The FA have Hedged their Bets and it hasn't Worked

The FA have Hedged their Bets and it hasn't Worked.

Taking a look at the FA's decision to ban Tyrone Mings for five games.



Sam Cooper

This week the FA handed both Zlatan Ibrahimović and Tyrone Mings bans for their actions in the Manchester United - Bournemouth game. The Swedish striker was given a three match ban, a standard suspension for an elbow, while Mings was given a five match ban for stamping on Ibrahimović's head.

It is the ban for the Bournemouth defender that is more concerning. There has been a great deal of speculation over whether or not Mings' stamp was intentional or if he simply wasn't aware of Ibrahimović underneath him. Explanations have varied from it was intentional to Mings tripped over Wayne Rooney to Mings was focusing on defending. Only the player himself will know if it was intentional but the FA's decision to ban him for five games is a perplexing one.

"I am extremely disappointed at the FA's decision to ban me for five matches" - Tyrone Mings

By giving him a ban, they have effectively said that they believe it was intentional but if that is the case then the question should be why isn't he banned for longer? Stamping on a fellow player's header is seriously dangerous play and is worthy of a ban closer to ten than five. By giving a relatively low number of games, the FA are essentially hedging their bets. 

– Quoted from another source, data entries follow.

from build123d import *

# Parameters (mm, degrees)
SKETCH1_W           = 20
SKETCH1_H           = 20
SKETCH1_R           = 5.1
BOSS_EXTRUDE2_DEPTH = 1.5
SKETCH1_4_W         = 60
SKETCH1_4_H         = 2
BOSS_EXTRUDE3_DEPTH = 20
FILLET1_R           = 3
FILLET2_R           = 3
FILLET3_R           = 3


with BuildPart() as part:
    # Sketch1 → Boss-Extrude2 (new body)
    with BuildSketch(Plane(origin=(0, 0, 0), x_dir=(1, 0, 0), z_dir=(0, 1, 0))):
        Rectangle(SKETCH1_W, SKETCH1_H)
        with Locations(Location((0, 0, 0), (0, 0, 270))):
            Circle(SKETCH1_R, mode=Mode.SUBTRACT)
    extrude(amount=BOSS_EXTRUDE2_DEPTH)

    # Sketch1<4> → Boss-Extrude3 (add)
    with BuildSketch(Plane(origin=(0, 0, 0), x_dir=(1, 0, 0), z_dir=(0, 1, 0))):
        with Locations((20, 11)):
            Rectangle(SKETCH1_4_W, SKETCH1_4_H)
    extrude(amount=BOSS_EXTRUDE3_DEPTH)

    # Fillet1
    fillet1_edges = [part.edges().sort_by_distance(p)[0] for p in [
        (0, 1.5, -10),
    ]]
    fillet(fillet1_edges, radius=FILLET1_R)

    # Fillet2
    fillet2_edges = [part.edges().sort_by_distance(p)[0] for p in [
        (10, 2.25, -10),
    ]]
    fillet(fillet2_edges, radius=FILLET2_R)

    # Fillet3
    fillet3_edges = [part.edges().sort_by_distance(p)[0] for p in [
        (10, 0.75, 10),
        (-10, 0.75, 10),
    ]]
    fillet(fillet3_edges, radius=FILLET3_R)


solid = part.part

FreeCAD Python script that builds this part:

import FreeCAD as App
import Part
import Sketcher
Q = App.Units.Quantity


def edges_at(feature, points):
    """Names of the edges that pass closest to the given points."""
    edges = feature.Shape.Edges
    near = lambda p: min(range(len(edges)), key=lambda i: edges[i].distToShape(Part.Vertex(*p))[0])
    return sorted({f"Edge{near(p) + 1}" for p in points})


def add_polygon(sketch, points):
    """Adds a closed chain of lines whose ends are joined by coincident constraints."""
    first, n = sketch.GeometryCount, len(points)
    for a, b in zip(points, points[1:] + points[:1]):
        sketch.addGeometry(Part.LineSegment(App.Vector(*a, 0), App.Vector(*b, 0)), False)
    for i in range(n):
        sketch.addConstraint(Sketcher.Constraint("Coincident", first + i, 2, first + (i + 1) % n, 1))

doc = App.newDocument("Part")
body = doc.addObject("PartDesign::Body", "Body")

# Sketch on XZ plane
sketch1 = doc.addObject("Sketcher::SketchObject", "Sketch")
body.addObject(sketch1)
sketch1.AttachmentSupport = (doc.XZ_Plane, [""])
sketch1.MapMode = "FlatFace"
add_polygon(sketch1, [(-10, -10), (-10, 10), (10, 10), (10, -10)])  # lines 0-3
sketch1.addGeometry(Part.Circle(App.Vector(0, 0, 0), App.Vector(0, 0, 1), 5), False)  # 4
sketch1.addConstraint([
    Sketcher.Constraint("Vertical", 0),
    Sketcher.Constraint("Horizontal", 1),
    Sketcher.Constraint("Vertical", 2),
    Sketcher.Constraint("Horizontal", 3),
    Sketcher.Constraint("Coincident", 4, 3, -1, 1),
    Sketcher.Constraint("Symmetric", 0, 2, 2, 2, -1, 1),
    Sketcher.Constraint("Equal", 3, 0),
    Sketcher.Constraint("Diameter", 4, Q("10.2 mm")),
    Sketcher.Constraint("DistanceX", 1, 1, 1, 2, Q("20 mm")),
])
pad1 = doc.addObject("PartDesign::Pad", "Pad")
body.addObject(pad1)
pad1.Profile = sketch1
pad1.Length = 1.5
pad1.Reversed = True

# Sketch on XZ plane
sketch2 = doc.addObject("Sketcher::SketchObject", "Sketch001")
body.addObject(sketch2)
sketch2.AttachmentSupport = (doc.XZ_Plane, [""])
sketch2.MapMode = "FlatFace"
add_polygon(sketch2, [(-10, -12), (-10, -10), (50, -10), (50, -12)])  # lines 0-3
sketch2.addConstraint([
    Sketcher.Constraint("Vertical", 0),
    Sketcher.Constraint("Horizontal", 1),
    Sketcher.Constraint("Vertical", 2),
    Sketcher.Constraint("Horizontal", 3),
    Sketcher.Constraint("DistanceX", 1, 1, 1, 2, Q("60 mm")),
    Sketcher.Constraint("DistanceY", 0, 1, 0, 2, Q("2 mm")),
    Sketcher.Constraint("DistanceX", 0, 2, -1, 1, Q("10 mm")),
    Sketcher.Constraint("DistanceY", 0, 2, -1, 1, Q("10 mm")),
])
pad2 = doc.addObject("PartDesign::Pad", "Pad001")
body.addObject(pad2)
pad2.Profile = sketch2
pad2.Length = 20
pad2.Reversed = True
doc.recompute()

fillet = doc.addObject("PartDesign::Fillet", "Fillet")
body.addObject(fillet)
fillet.Base = (pad2, edges_at(pad2, [(0, 1.5, -10)]))
fillet.Radius = 3
doc.recompute()

fillet2 = doc.addObject("PartDesign::Fillet", "Fillet001")
body.addObject(fillet2)
fillet2.Base = (fillet, edges_at(fillet, [(10, 2.25, -10)]))
fillet2.Radius = 3
doc.recompute()

fillet3 = doc.addObject("PartDesign::Fillet", "Fillet002")
body.addObject(fillet3)
fillet3.Base = (fillet2, edges_at(fillet2, [(10, 0.75, 10), (-10, 0.75, 10)]))
fillet3.Radius = 3

doc.recompute()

The FA have been unwilling to put their neck on the line. A long ban will be met with outrage by some fans and the same would occur for no ban. The footballing chiefs have attempted to not upset anyone by giving a less than adequate ban for a stamping offence but in reality it is a weak way of dealing with the situation.

“We will study the detailed reasons of the commission once they become available, but find it extraordinary that the charges can be described as ‘proven’ when there is absolutely no evidence to prove the incident was intentional,” - A.F.C. Bournemouth

Bouremouth themselves have taken issue with the perceived intentionality that the FA have imposed and while it is no surprise to see a club defend their player, you can see where they are coming from. Plenty of stamps in the past have been deemed non-intentional, Ibrahimović was involved in one himself, and those decisions are understandable as it is impossible to read a player's mind.

The FA needed to act with conviction and take a yes-no stance on whether they believe it was intentional. By meeting somewhere in the middle they've made a mess of the situation.